Parmi ces exemples, ni Zemmour, ni Morano, ni Sarkozy, ni Fabius ni Dupont-Moretti n’ont été disqualifiés en tant que parents à cause des actes délinquants de leurs enfants. Je voudrais finir sur deux autres exemples qui sont significatifs. Tout d’abord le fils du député RN Frédéric Cabrolier qui est poursuivi pour « provocation à la haine raciale ». Deux jours après l’attaque au couteau ayant fait six blessés dont quatre enfants à Annecy en juin 2023, il dépose des affiches racistes dans plusieurs parcs municipaux d’Albi avec le groupuscule nationaliste Patria Albiges. Celles-ci portent la phrase : « Parc fermé – raison de fermeture : risque élevé de se faire poignarder – protégeons nos familles de l’immigration ». Pour autant, le député Frédéric Cabrolier conteste que son fils soit placé sous contrôle judiciaire « comme de vulgaires voyous ». Ensuite, il y a les actes délinquants du fils de l’ancien Directeur Général de la police, Frédéric Péchenard. Alors âgé de 16 ans, il est arrêté pour conduite en état d’ivresse et outrage à dépositaire de l’autorité publique. Il en sortira indemne puisque son père est intervenu dans l’affaire en donnant des consignes pour lui éviter des poursuites. Cependant, ce qui nous intéresse ici est le propos du politique sur cette affaire, notamment ceux d’Eric Ciotti qui fait partie des personnes les plus rudes en propositions de lois pénales sur la délinquance. Alors qu’il stigmatise toujours les parents d’enfants délinquants, il fait preuve d’une grande compréhension pour le directeur général de la police car, selon lui, « Tout le monde peut avoir des problèmes avec ses enfants. »

Ce que je veux montrer avec ses deux derniers exemples, c’est que les bourgeois, dont les politiques sont les complices de classe quand ils ne le sont pas eux-mêmes, refusent d’être traité de la même manière que les classes populaires par la justice et les médias. Il y a une sorte de supériorité symbolique, en réalité un racisme social, qui leur donne le privilège d’avoir un traitement différentiel. La bourgeoisie et ses complices de classe se disculpent ensemble de leurs méfaits et veulent être amnistiées par la société des actes délinquants qu’elle/ils commettent, alors que dans le même temps, elle/ils ne pardonnent rien aux classes dominées pour des agissements similaires. 

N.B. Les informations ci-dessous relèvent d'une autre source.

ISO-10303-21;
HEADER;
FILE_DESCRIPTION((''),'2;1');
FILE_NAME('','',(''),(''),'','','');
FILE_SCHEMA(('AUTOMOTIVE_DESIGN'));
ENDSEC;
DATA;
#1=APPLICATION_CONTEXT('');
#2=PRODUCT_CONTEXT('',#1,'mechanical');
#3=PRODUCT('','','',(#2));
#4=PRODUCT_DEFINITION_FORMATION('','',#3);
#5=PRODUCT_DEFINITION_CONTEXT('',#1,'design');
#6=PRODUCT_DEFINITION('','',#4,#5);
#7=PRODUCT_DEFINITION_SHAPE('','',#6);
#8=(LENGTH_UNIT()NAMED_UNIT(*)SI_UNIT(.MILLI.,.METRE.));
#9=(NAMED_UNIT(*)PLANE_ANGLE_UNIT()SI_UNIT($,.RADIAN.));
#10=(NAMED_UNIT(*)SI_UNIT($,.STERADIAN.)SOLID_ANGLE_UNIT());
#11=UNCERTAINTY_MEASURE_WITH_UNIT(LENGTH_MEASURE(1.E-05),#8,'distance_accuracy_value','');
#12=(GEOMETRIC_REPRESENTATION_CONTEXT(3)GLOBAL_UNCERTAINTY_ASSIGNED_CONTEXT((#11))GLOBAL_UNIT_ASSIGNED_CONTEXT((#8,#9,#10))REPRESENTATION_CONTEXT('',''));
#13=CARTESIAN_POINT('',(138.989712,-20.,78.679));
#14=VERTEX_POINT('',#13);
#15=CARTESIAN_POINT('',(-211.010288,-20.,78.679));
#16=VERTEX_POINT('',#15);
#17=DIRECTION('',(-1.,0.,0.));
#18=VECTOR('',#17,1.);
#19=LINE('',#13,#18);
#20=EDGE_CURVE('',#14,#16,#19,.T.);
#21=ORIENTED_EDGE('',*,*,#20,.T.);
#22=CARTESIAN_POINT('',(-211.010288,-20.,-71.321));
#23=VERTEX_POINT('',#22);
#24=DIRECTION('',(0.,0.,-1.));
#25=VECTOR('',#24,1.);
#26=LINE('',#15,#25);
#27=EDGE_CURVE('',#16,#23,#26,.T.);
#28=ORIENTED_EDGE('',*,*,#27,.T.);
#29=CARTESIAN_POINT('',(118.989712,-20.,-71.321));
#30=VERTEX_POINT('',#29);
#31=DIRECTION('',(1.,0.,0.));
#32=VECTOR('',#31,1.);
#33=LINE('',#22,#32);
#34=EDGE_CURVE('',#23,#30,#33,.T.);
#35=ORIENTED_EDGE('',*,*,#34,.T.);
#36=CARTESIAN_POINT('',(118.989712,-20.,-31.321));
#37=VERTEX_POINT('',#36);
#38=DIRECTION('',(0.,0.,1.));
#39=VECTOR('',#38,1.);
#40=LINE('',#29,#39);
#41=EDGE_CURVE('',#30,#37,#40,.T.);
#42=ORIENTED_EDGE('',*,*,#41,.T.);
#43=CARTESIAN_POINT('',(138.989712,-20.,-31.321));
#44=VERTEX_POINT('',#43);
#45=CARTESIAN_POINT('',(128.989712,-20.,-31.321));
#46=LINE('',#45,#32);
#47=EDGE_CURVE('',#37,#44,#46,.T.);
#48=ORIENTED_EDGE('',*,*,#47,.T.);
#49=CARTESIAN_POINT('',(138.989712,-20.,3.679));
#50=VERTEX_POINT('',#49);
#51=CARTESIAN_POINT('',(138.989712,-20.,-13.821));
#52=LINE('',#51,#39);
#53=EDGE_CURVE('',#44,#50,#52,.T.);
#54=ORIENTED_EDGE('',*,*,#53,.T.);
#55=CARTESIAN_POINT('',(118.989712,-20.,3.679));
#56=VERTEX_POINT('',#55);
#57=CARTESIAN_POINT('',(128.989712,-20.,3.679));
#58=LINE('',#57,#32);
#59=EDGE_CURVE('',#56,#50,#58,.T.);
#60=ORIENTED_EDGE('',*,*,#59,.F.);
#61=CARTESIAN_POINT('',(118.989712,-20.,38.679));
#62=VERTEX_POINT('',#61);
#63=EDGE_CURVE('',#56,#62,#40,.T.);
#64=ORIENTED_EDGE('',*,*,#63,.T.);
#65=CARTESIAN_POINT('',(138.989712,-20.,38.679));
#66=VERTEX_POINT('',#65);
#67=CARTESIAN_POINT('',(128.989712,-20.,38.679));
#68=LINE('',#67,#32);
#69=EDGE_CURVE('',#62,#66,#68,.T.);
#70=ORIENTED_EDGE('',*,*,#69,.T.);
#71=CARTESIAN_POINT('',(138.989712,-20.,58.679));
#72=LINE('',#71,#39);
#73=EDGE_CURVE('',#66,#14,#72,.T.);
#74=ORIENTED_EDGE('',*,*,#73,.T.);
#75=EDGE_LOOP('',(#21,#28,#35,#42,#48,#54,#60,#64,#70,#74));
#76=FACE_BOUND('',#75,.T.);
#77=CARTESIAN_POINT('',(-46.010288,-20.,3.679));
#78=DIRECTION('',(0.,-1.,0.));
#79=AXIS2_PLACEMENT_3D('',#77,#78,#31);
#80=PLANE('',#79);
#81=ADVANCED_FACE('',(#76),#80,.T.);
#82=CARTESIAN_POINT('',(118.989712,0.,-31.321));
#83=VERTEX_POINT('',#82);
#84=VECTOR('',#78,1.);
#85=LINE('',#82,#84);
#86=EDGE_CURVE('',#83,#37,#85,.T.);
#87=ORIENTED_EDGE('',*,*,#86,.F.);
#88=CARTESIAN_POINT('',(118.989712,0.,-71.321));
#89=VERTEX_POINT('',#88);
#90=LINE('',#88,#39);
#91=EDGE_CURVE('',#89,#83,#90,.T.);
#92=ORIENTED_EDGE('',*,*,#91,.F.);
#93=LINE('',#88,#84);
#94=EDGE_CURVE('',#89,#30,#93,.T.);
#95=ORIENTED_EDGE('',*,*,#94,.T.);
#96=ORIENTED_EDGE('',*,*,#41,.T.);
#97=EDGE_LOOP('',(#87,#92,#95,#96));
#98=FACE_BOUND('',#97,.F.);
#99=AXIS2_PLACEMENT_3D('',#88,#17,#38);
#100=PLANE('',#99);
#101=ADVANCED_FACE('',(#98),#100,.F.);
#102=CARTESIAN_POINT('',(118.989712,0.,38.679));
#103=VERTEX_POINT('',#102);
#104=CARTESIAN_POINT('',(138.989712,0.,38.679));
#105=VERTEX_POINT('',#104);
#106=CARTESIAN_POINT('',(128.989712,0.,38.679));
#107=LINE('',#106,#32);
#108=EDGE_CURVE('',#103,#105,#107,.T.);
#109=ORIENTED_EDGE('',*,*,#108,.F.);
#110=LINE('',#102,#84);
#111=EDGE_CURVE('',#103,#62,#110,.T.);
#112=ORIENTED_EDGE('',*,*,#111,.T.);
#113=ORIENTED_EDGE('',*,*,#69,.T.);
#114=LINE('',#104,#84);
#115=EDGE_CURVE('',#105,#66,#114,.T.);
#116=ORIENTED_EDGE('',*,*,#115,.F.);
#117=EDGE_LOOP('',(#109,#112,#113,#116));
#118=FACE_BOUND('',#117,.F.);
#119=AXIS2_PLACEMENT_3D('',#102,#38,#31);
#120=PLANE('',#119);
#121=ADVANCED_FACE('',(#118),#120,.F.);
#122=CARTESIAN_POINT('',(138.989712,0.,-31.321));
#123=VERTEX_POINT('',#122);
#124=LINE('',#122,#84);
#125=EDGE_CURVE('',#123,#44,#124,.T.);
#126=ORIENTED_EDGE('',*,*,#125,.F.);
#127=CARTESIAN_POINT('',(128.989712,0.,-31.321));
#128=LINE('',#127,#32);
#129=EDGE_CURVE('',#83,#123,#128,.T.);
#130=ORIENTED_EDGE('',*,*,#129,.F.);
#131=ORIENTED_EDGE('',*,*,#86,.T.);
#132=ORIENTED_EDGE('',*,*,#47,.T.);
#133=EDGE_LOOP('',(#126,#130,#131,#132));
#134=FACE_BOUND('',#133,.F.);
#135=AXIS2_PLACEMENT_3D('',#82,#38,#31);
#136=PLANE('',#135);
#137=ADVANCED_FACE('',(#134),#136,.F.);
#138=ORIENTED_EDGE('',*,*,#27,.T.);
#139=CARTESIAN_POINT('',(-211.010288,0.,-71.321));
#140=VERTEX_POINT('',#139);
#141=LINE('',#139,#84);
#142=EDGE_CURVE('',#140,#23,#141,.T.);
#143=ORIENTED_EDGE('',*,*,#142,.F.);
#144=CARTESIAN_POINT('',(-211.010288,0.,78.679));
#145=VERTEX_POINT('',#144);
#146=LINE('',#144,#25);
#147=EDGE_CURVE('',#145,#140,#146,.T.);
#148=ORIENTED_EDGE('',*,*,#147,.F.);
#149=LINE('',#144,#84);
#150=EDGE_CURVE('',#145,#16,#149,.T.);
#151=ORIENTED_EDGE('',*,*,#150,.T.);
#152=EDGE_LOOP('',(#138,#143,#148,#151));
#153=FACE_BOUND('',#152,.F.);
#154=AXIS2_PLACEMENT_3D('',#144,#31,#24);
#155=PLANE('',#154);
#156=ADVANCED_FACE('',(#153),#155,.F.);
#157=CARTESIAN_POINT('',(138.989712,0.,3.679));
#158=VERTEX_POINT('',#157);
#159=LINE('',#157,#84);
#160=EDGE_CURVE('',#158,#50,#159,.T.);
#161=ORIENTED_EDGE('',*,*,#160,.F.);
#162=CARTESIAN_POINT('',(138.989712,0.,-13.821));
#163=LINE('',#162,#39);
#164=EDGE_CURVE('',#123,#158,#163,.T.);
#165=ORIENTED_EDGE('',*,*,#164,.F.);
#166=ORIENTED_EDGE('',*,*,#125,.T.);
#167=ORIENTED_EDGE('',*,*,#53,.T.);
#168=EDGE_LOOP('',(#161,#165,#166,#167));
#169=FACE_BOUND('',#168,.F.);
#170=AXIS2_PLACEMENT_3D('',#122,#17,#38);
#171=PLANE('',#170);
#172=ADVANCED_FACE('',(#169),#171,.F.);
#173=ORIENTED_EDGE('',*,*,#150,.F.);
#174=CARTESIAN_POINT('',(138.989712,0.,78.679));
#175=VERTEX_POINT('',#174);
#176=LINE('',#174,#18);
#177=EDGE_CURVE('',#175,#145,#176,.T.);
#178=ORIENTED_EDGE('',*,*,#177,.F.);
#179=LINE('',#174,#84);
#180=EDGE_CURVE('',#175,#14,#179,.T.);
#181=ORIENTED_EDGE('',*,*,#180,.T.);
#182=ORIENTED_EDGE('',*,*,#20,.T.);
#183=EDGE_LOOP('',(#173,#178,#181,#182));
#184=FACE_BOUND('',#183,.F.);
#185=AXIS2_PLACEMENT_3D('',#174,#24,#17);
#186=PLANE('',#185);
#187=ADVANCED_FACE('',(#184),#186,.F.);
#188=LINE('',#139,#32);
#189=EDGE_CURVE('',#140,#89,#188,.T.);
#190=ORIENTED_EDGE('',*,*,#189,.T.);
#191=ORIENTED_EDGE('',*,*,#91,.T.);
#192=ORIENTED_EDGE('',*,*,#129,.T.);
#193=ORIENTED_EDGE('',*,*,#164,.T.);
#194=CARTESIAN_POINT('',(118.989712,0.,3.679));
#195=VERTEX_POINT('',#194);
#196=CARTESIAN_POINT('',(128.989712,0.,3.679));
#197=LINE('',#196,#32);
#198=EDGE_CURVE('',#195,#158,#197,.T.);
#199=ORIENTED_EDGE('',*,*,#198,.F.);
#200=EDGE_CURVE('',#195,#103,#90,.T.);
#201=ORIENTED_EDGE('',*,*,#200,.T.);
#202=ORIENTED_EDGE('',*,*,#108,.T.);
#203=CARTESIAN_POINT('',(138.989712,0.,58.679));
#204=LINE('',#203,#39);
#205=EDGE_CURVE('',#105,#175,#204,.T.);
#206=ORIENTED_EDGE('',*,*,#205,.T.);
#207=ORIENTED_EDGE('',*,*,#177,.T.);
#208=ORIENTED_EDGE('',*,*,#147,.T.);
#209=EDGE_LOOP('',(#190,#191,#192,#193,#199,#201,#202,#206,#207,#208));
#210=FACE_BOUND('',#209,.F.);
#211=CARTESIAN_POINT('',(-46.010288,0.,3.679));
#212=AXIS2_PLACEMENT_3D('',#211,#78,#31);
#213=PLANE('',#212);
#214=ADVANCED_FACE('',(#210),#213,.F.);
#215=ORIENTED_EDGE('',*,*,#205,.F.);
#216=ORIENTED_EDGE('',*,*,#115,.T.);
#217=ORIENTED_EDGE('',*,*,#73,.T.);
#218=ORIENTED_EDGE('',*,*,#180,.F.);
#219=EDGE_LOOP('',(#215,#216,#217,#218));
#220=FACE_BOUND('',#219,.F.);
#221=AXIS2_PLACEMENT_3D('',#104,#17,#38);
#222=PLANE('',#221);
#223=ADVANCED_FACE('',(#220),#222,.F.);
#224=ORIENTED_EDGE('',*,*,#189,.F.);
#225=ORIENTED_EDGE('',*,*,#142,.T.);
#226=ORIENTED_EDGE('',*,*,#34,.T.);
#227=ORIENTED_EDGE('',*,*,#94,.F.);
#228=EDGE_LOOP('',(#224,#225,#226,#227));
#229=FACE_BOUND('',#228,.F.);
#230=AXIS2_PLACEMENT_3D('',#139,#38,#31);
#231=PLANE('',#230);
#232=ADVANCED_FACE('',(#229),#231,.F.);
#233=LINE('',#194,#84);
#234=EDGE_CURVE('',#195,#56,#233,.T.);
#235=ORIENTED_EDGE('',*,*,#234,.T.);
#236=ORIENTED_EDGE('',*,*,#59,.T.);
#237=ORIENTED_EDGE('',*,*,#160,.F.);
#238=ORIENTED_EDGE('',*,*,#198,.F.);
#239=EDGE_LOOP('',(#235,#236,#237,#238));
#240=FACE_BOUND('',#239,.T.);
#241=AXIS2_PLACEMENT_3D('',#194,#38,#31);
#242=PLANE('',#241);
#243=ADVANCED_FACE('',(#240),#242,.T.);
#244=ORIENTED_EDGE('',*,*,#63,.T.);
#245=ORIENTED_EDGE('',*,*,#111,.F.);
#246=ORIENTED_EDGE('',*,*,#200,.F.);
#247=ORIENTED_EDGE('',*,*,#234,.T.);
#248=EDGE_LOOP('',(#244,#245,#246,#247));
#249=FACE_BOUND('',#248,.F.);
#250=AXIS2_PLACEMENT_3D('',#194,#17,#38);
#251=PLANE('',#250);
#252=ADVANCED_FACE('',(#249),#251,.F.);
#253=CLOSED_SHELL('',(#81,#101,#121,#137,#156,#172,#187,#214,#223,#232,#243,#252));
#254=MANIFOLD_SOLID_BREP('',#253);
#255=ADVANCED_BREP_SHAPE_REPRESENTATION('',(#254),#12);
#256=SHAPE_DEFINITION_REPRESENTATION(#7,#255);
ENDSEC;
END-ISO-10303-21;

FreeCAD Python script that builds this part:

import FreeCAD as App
import Part
import Sketcher
Q = App.Units.Quantity

doc = App.newDocument("Part")
body = doc.addObject("PartDesign::Body", "Body")

sketch1 = doc.addObject("Sketcher::SketchObject", "Sketch")
body.addObject(sketch1)
sketch1.AttachmentSupport = (doc.XZ_Plane, [""])
sketch1.MapMode = "FlatFace"
sketch1.addGeometry([
    Part.LineSegment(App.Vector(-211, 79, 0), App.Vector(-211, -71, 0)),
    Part.LineSegment(App.Vector(-211, -71, 0), App.Vector(119, -71, 0)),
    Part.LineSegment(App.Vector(119, -71, 0), App.Vector(119, -31, 0)),
    Part.LineSegment(App.Vector(119, -31, 0), App.Vector(139, -31, 0)),
    Part.LineSegment(App.Vector(139, -31, 0), App.Vector(139, 4, 0)),
    Part.LineSegment(App.Vector(139, 4, 0), App.Vector(119, 4, 0)),
    Part.LineSegment(App.Vector(119, 4, 0), App.Vector(119, 39, 0)),
    Part.LineSegment(App.Vector(119, 39, 0), App.Vector(139, 39, 0)),
    Part.LineSegment(App.Vector(139, 39, 0), App.Vector(139, 79, 0)),
    Part.LineSegment(App.Vector(139, 79, 0), App.Vector(-211, 79, 0)),
], False)
sketch1.addConstraint([
    Sketcher.Constraint("Coincident", 0, 2, 1, 1),
    Sketcher.Constraint("Coincident", 1, 2, 2, 1),
    Sketcher.Constraint("Coincident", 2, 2, 3, 1),
    Sketcher.Constraint("Coincident", 3, 2, 4, 1),
    Sketcher.Constraint("Coincident", 4, 2, 5, 1),
    Sketcher.Constraint("Coincident", 5, 2, 6, 1),
    Sketcher.Constraint("Coincident", 6, 2, 7, 1),
    Sketcher.Constraint("Coincident", 7, 2, 8, 1),
    Sketcher.Constraint("Coincident", 8, 2, 9, 1),
    Sketcher.Constraint("Coincident", 9, 2, 0, 1),
    Sketcher.Constraint("Vertical", 0),
    Sketcher.Constraint("Horizontal", 1),
    Sketcher.Constraint("Vertical", 2),
    Sketcher.Constraint("Horizontal", 3),
    Sketcher.Constraint("Vertical", 4),
    Sketcher.Constraint("Horizontal", 5),
    Sketcher.Constraint("Vertical", 6),
    Sketcher.Constraint("Horizontal", 7),
    Sketcher.Constraint("Vertical", 8),
    Sketcher.Constraint("Horizontal", 9),
    Sketcher.Constraint("Vertical", 2, 2, 5, 2),
    Sketcher.Constraint("Vertical", 4, 2, 7, 2),
    Sketcher.Constraint("Equal", 4, 6),
    Sketcher.Constraint("Equal", 2, 8),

La disqualification parentale comme horizon

A la suite des révoltes dans les quartiers et des réactions de l’Etat face à ces événements, les prochains mois vont être importants pour les parents des banlieues populaires. Dans ces dernières interventions, Emmanuel Macron mobilise un discours culpabilisateur à leur destination, mais aussi autoritaire en direction de la jeunesse : « La leçon que j’en tire, c’est l’ordre, l’ordre, l’ordre. La deuxième, c’est que notre pays a besoin d’un retour à l’autorité à chaque niveau, et d’abord dans la famille. C’est tout le chantier que je veux ouvrir avant la fin de l’été, celui de l’autorité parentale. (…) on doit responsabiliser certaines familles, on doit aussi accompagner d’autres familles qui sont en détresse, et on doit intervenir réinvestir massivement sur notre jeunesse pour lui redonner un cadre. ». 

Il est probable que dans quelques mois, le propos culpabilisateur se transforme en politique punitive à destination des parents, notamment des mères en familles monoparentales dans les banlieues, avec par exemple une inflation des protocoles de rappels à l’ordre, la stigmatisation des familles par les services sociaux, ou pire, la mise en place des procédures antisociales que la droite et l’extrême droite demandent depuis de nombreuses années : l’arrêt des prestations sociales et le droit de casser le bail d’un logement social. En ce qui concerne les jeunes, si les condamnations judiciaires sont la première étape, la volonté de « l’encadrer » peut être pernicieuse dont le point culminant est la mise en oeuvre de dispositifs de rééducation militaires, une perspective néocoloniale que Macron désirait déjà mettre en place à Mayotte avec les camps de redressement militaires pour les jeunes délinquants.

Les enfants des bourgeois et leurs parents n’ont pas de souci à se faire. Leur position sociale leur permettront de passer souvent entre les mailles du filet judiciaire et de la stigmatisation politique et médiatique.